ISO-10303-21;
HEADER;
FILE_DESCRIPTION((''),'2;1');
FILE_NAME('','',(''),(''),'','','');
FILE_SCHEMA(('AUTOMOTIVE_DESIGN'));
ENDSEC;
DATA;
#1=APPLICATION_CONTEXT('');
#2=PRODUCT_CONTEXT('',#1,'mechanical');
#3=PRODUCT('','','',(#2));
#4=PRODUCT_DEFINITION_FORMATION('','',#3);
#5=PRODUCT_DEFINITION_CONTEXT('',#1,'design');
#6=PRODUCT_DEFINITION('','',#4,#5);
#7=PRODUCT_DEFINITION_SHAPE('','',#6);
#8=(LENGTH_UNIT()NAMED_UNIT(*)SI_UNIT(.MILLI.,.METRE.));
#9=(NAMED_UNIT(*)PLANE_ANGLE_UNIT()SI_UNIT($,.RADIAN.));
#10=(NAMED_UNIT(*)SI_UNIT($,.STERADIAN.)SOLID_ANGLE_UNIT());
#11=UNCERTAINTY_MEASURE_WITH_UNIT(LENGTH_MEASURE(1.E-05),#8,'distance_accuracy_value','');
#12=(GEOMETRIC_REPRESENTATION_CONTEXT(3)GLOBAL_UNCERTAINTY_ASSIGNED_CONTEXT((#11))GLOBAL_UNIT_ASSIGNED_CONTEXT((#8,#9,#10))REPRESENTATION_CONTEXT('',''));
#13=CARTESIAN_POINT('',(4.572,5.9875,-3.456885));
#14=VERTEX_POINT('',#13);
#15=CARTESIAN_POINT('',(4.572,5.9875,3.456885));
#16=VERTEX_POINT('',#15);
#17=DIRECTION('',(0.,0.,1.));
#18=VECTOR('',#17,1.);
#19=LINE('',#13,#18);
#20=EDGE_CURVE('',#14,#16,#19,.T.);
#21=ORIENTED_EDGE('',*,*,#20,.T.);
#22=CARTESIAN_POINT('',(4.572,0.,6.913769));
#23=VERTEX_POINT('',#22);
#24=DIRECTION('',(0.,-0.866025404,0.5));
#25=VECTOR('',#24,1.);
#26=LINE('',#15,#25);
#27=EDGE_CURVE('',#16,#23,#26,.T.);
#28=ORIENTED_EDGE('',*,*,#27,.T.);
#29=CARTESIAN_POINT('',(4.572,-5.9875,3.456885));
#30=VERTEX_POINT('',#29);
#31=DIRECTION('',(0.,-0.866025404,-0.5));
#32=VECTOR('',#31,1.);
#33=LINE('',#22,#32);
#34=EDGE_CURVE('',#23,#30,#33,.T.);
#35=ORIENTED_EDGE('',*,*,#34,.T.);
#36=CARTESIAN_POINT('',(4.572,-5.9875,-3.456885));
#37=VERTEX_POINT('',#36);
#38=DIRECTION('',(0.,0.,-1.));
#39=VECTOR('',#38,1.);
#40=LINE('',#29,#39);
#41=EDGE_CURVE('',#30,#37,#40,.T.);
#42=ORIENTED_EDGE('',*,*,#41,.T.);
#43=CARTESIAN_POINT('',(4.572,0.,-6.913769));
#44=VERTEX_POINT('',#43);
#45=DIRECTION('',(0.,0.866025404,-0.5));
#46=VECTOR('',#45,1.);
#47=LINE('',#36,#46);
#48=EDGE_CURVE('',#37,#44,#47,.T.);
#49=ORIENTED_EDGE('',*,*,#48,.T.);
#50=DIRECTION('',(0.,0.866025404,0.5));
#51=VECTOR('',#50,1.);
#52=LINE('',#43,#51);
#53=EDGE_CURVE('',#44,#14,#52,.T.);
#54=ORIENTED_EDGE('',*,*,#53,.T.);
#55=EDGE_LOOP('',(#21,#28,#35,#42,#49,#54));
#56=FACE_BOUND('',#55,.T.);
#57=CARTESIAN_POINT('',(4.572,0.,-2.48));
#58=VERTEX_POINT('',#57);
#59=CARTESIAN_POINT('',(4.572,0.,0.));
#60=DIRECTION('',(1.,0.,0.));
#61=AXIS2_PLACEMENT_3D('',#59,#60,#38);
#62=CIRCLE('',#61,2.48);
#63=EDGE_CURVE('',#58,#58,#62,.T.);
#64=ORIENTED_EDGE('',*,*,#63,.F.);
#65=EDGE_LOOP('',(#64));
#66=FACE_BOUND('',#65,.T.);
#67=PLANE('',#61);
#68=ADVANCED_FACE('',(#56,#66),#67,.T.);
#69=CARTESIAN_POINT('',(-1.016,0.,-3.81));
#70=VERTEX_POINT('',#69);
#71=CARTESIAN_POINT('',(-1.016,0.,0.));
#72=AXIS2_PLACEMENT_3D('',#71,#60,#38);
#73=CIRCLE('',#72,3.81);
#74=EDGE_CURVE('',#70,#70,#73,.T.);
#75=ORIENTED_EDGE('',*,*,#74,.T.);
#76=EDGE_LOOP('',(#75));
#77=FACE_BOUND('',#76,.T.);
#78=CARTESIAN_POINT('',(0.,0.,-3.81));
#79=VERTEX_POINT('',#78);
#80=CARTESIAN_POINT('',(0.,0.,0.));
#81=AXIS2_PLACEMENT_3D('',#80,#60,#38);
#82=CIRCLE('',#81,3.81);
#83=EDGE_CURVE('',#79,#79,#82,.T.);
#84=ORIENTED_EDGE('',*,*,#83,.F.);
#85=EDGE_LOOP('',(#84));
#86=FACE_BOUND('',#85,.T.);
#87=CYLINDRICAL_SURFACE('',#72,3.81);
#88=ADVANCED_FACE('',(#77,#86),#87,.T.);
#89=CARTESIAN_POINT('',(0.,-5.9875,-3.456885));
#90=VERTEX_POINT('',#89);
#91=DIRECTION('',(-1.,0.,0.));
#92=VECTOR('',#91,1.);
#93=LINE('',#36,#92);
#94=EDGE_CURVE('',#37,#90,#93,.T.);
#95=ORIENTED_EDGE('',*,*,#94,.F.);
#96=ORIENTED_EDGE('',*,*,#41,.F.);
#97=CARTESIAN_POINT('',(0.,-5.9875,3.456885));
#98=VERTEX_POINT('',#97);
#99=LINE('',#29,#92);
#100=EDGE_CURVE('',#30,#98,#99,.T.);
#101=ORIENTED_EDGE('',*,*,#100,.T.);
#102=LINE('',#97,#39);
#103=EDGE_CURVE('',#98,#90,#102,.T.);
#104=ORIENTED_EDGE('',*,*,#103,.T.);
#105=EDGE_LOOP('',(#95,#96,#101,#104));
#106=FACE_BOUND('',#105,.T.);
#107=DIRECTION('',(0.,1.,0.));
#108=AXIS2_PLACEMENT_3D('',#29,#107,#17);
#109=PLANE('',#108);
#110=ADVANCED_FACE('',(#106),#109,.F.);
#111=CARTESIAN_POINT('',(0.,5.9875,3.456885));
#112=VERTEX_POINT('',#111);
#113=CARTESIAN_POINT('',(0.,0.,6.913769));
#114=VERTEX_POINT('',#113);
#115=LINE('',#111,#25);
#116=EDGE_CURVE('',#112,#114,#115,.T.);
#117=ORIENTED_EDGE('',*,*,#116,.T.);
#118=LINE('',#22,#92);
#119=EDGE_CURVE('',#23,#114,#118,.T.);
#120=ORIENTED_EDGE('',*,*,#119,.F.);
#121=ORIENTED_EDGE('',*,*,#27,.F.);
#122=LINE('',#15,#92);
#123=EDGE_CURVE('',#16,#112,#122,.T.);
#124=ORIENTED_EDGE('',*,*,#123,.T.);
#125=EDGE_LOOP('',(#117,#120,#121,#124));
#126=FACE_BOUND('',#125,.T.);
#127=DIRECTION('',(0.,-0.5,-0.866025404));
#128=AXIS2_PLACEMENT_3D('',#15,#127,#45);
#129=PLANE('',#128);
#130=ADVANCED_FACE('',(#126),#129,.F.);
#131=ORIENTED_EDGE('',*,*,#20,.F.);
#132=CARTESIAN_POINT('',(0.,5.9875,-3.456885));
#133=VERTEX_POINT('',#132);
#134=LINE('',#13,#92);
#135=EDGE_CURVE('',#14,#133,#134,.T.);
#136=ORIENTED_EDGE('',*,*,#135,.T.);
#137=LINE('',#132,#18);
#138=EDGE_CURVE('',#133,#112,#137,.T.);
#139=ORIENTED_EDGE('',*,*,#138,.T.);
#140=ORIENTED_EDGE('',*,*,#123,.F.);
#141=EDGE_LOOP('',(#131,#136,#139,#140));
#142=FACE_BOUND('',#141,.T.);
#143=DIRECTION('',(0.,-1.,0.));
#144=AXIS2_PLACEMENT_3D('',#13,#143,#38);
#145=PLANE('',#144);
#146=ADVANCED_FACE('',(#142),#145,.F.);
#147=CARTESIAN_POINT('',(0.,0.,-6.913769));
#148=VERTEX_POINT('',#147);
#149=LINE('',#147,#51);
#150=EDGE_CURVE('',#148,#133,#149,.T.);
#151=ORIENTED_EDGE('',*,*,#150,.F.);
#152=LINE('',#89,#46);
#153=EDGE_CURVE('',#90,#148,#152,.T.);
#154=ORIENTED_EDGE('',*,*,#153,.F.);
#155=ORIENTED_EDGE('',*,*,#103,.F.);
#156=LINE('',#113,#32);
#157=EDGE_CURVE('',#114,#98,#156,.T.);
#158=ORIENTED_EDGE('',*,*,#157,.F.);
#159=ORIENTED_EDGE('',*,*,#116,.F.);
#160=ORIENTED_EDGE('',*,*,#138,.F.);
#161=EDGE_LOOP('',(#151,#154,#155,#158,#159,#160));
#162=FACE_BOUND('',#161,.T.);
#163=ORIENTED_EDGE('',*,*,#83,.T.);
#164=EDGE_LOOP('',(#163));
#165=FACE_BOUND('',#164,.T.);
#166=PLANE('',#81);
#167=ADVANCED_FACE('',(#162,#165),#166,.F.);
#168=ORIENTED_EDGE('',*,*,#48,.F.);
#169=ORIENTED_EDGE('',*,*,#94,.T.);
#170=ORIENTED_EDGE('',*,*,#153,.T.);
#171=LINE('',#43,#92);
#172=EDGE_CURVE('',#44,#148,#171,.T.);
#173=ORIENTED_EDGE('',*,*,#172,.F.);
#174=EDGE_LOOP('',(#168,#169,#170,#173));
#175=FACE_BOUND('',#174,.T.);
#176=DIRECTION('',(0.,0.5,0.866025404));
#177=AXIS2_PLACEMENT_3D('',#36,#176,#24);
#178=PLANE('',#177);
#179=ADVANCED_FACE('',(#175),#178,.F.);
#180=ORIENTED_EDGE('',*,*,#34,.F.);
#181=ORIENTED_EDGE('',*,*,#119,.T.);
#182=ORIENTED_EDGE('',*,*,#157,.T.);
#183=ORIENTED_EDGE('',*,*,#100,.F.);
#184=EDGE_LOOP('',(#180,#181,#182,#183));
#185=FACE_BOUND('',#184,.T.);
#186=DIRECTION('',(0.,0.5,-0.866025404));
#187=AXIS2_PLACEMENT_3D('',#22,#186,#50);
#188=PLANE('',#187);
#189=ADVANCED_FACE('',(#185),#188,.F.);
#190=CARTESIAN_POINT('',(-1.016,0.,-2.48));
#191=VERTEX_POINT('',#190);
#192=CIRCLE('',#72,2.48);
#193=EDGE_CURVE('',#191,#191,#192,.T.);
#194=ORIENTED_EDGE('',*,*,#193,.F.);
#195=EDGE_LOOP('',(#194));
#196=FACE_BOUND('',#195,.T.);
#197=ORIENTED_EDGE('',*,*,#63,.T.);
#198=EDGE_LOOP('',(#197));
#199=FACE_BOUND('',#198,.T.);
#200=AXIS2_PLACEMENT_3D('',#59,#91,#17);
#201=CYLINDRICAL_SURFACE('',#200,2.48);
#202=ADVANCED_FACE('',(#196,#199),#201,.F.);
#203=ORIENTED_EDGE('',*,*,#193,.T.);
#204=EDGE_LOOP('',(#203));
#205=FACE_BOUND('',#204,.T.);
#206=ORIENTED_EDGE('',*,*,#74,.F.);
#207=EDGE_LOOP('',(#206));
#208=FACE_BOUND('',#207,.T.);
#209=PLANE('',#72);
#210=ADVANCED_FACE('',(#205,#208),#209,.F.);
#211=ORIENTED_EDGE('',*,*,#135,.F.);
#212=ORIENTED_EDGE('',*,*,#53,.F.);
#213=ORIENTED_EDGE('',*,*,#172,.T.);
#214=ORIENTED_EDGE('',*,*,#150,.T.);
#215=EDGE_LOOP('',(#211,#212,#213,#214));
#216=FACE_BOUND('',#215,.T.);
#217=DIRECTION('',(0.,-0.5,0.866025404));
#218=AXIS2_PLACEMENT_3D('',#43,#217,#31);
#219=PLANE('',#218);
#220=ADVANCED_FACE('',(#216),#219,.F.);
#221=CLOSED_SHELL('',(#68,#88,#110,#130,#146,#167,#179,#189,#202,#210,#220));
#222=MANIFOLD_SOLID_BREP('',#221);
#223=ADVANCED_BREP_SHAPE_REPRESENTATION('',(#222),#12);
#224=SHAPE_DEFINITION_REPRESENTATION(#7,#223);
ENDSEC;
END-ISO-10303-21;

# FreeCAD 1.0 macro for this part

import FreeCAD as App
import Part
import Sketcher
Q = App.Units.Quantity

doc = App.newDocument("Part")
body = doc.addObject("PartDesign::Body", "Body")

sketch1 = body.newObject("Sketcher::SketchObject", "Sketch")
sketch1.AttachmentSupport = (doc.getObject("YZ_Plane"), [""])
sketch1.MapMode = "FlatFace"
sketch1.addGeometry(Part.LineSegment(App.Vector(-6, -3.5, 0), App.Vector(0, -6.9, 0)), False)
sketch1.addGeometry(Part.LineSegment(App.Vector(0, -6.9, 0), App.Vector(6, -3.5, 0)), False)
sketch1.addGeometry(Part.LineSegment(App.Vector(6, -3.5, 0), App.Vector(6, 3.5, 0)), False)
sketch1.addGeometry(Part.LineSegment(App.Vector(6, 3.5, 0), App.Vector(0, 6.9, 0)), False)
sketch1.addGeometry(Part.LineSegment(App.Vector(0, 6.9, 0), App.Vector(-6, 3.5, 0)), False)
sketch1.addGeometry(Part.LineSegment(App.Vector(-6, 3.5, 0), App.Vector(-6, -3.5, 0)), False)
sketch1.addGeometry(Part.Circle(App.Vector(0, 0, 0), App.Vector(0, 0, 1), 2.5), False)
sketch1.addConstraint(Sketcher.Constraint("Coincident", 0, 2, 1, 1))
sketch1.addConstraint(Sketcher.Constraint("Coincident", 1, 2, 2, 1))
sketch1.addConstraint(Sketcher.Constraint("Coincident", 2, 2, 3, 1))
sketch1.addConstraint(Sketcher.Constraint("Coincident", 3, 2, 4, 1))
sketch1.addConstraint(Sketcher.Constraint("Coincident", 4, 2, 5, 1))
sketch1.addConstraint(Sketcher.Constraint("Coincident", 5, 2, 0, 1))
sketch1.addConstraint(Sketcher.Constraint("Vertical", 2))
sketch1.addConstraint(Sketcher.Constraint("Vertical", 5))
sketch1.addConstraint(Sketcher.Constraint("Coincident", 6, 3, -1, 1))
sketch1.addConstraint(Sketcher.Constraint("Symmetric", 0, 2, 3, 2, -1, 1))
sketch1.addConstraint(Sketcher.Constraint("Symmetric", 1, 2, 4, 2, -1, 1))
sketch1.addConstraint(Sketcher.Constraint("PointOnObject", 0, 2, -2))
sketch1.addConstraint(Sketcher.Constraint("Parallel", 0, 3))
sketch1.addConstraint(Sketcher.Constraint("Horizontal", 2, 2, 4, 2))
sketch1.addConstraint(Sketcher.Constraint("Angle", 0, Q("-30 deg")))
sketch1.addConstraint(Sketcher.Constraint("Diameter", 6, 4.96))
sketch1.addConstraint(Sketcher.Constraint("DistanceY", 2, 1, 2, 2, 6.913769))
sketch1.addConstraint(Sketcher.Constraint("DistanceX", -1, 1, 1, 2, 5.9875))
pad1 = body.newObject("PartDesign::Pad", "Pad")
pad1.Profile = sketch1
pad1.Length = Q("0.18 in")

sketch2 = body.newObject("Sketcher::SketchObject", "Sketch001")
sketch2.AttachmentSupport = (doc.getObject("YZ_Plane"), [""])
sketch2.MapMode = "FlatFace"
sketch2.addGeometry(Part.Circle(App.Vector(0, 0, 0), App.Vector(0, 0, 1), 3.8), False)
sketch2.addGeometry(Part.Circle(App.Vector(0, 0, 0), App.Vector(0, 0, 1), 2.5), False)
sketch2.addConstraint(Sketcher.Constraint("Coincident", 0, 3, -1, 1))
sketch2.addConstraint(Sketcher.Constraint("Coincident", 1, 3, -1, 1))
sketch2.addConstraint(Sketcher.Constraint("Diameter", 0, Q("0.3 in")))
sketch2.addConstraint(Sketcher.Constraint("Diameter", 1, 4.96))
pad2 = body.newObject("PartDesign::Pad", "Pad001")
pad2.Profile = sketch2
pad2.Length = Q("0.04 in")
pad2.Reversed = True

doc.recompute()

# # # # #

Problem details: The response must consist of the lines above, from the first one through the line containing "#54=ORIENTED_EDGE('',*,*,#53,.T.);", reproduced exactly.

Answer to this problem:
ISO-10303-21;
HEADER;
FILE_DESCRIPTION((''),'2;1');
FILE_NAME('','',(''),(''),'','','');
FILE_SCHEMA(('AUTOMOTIVE_DESIGN'));
ENDSEC;
DATA;
#1=APPLICATION_CONTEXT('');
#2=PRODUCT_CONTEXT('',#1,'mechanical');
#3=PRODUCT('','','',(#2));
#4=PRODUCT_DEFINITION_FORMATION('','',#3);
#5=PRODUCT_DEFINITION_CONTEXT('',#1,'design');
#6=PRODUCT_DEFINITION('','',#4,#5);
#7=PRODUCT_DEFINITION_SHAPE('','',#6);
#8=(LENGTH_UNIT()NAMED_UNIT(*)SI_UNIT(.MILLI.,.METRE.));
#9=(NAMED_UNIT(*)PLANE_ANGLE_UNIT()SI_UNIT($,.RADIAN.));
#10=(NAMED_UNIT(*)SI_UNIT($,.STERADIAN.)SOLID_ANGLE_UNIT());
#11=UNCERTAINTY_MEASURE_WITH_UNIT(LENGTH_MEASURE(1.E-05),#8,'distance_accuracy_value','');
#12=(GEOMETRIC_REPRESENTATION_CONTEXT(3)GLOBAL_UNCERTAINTY_ASSIGNED_CONTEXT((#11))GLOBAL_UNIT_ASSIGNED_CONTEXT((#8,#9,#10))REPRESENTATION_CONTEXT('',''));
#13=CARTESIAN_POINT('',(4.572,5.9875,-3.456885));
#14=VERTEX_POINT('',#13);
#15=CARTESIAN_POINT('',(4.572,5.9875,3.456885));
#16=VERTEX_POINT('',#15);
#17=DIRECTION('',(0.,0.,1.));
#18=VECTOR('',#17,1.);
#19=LINE('',#13,#18);
#20=EDGE_CURVE('',#14,#16,#19,.T.);
#21=ORIENTED_EDGE('',*,*,#20,.T.);
#22=CARTESIAN_POINT('',(4.572,0.,6.913769));
#23=VERTEX_POINT('',#22);
#24=DIRECTION('',(0.,-0.866025404,0.5));
#25=VECTOR('',#24,1.);
#26=LINE('',#15,#25);
#27=EDGE_CURVE('',#16,#23,#26,.T.);
#28=ORIENTED_EDGE('',*,*,#27,.T.);
#29=CARTESIAN_POINT('',(4.572,-5.9875,3.456885));
#30=VERTEX_POINT('',#29);
#31=DIRECTION('',(0.,-0.866025404,-0.5));
#32=VECTOR('',#31,1.);
#33=LINE('',#22,#32);
#34=EDGE_CURVE('',#23,#30,#33,.T.);
#35=ORIENTED_EDGE('',*,*,#34,.T.);
#36=CARTESIAN_POINT('',(4.572,-5.9875,-3.456885));
#37=VERTEX_POINT('',#36);
#38=DIRECTION('',(0.,0.,-1.));
#39=VECTOR('',#38,1.);
#40=LINE('',#29,#39);
#41=EDGE_CURVE('',#30,#37,#40,.T.);
#42=ORIENTED_EDGE('',*,*,#41,.T.);
#43=CARTESIAN_POINT('',(4.572,0.,-6.913769));
#44=VERTEX_POINT('',#43);
#45=DIRECTION('',(0.,0.866025404,-0.5));
#46=VECTOR('',#45,1.);
#47=LINE('',#36,#46);
#48=EDGE_CURVE('',#37,#44,#47,.T.);
#49=ORIENTED_EDGE('',*,*,#48,.T.);
#50=DIRECTION('',(0.,0.866025404,0.5));
#51=VECTOR('',#50,1.);
#52=LINE('',#43,#51);
#53=EDGE_CURVE('',#44,#14,#52,.T.);
#54=ORIENTED_EDGE('',*,*,#53,.T.);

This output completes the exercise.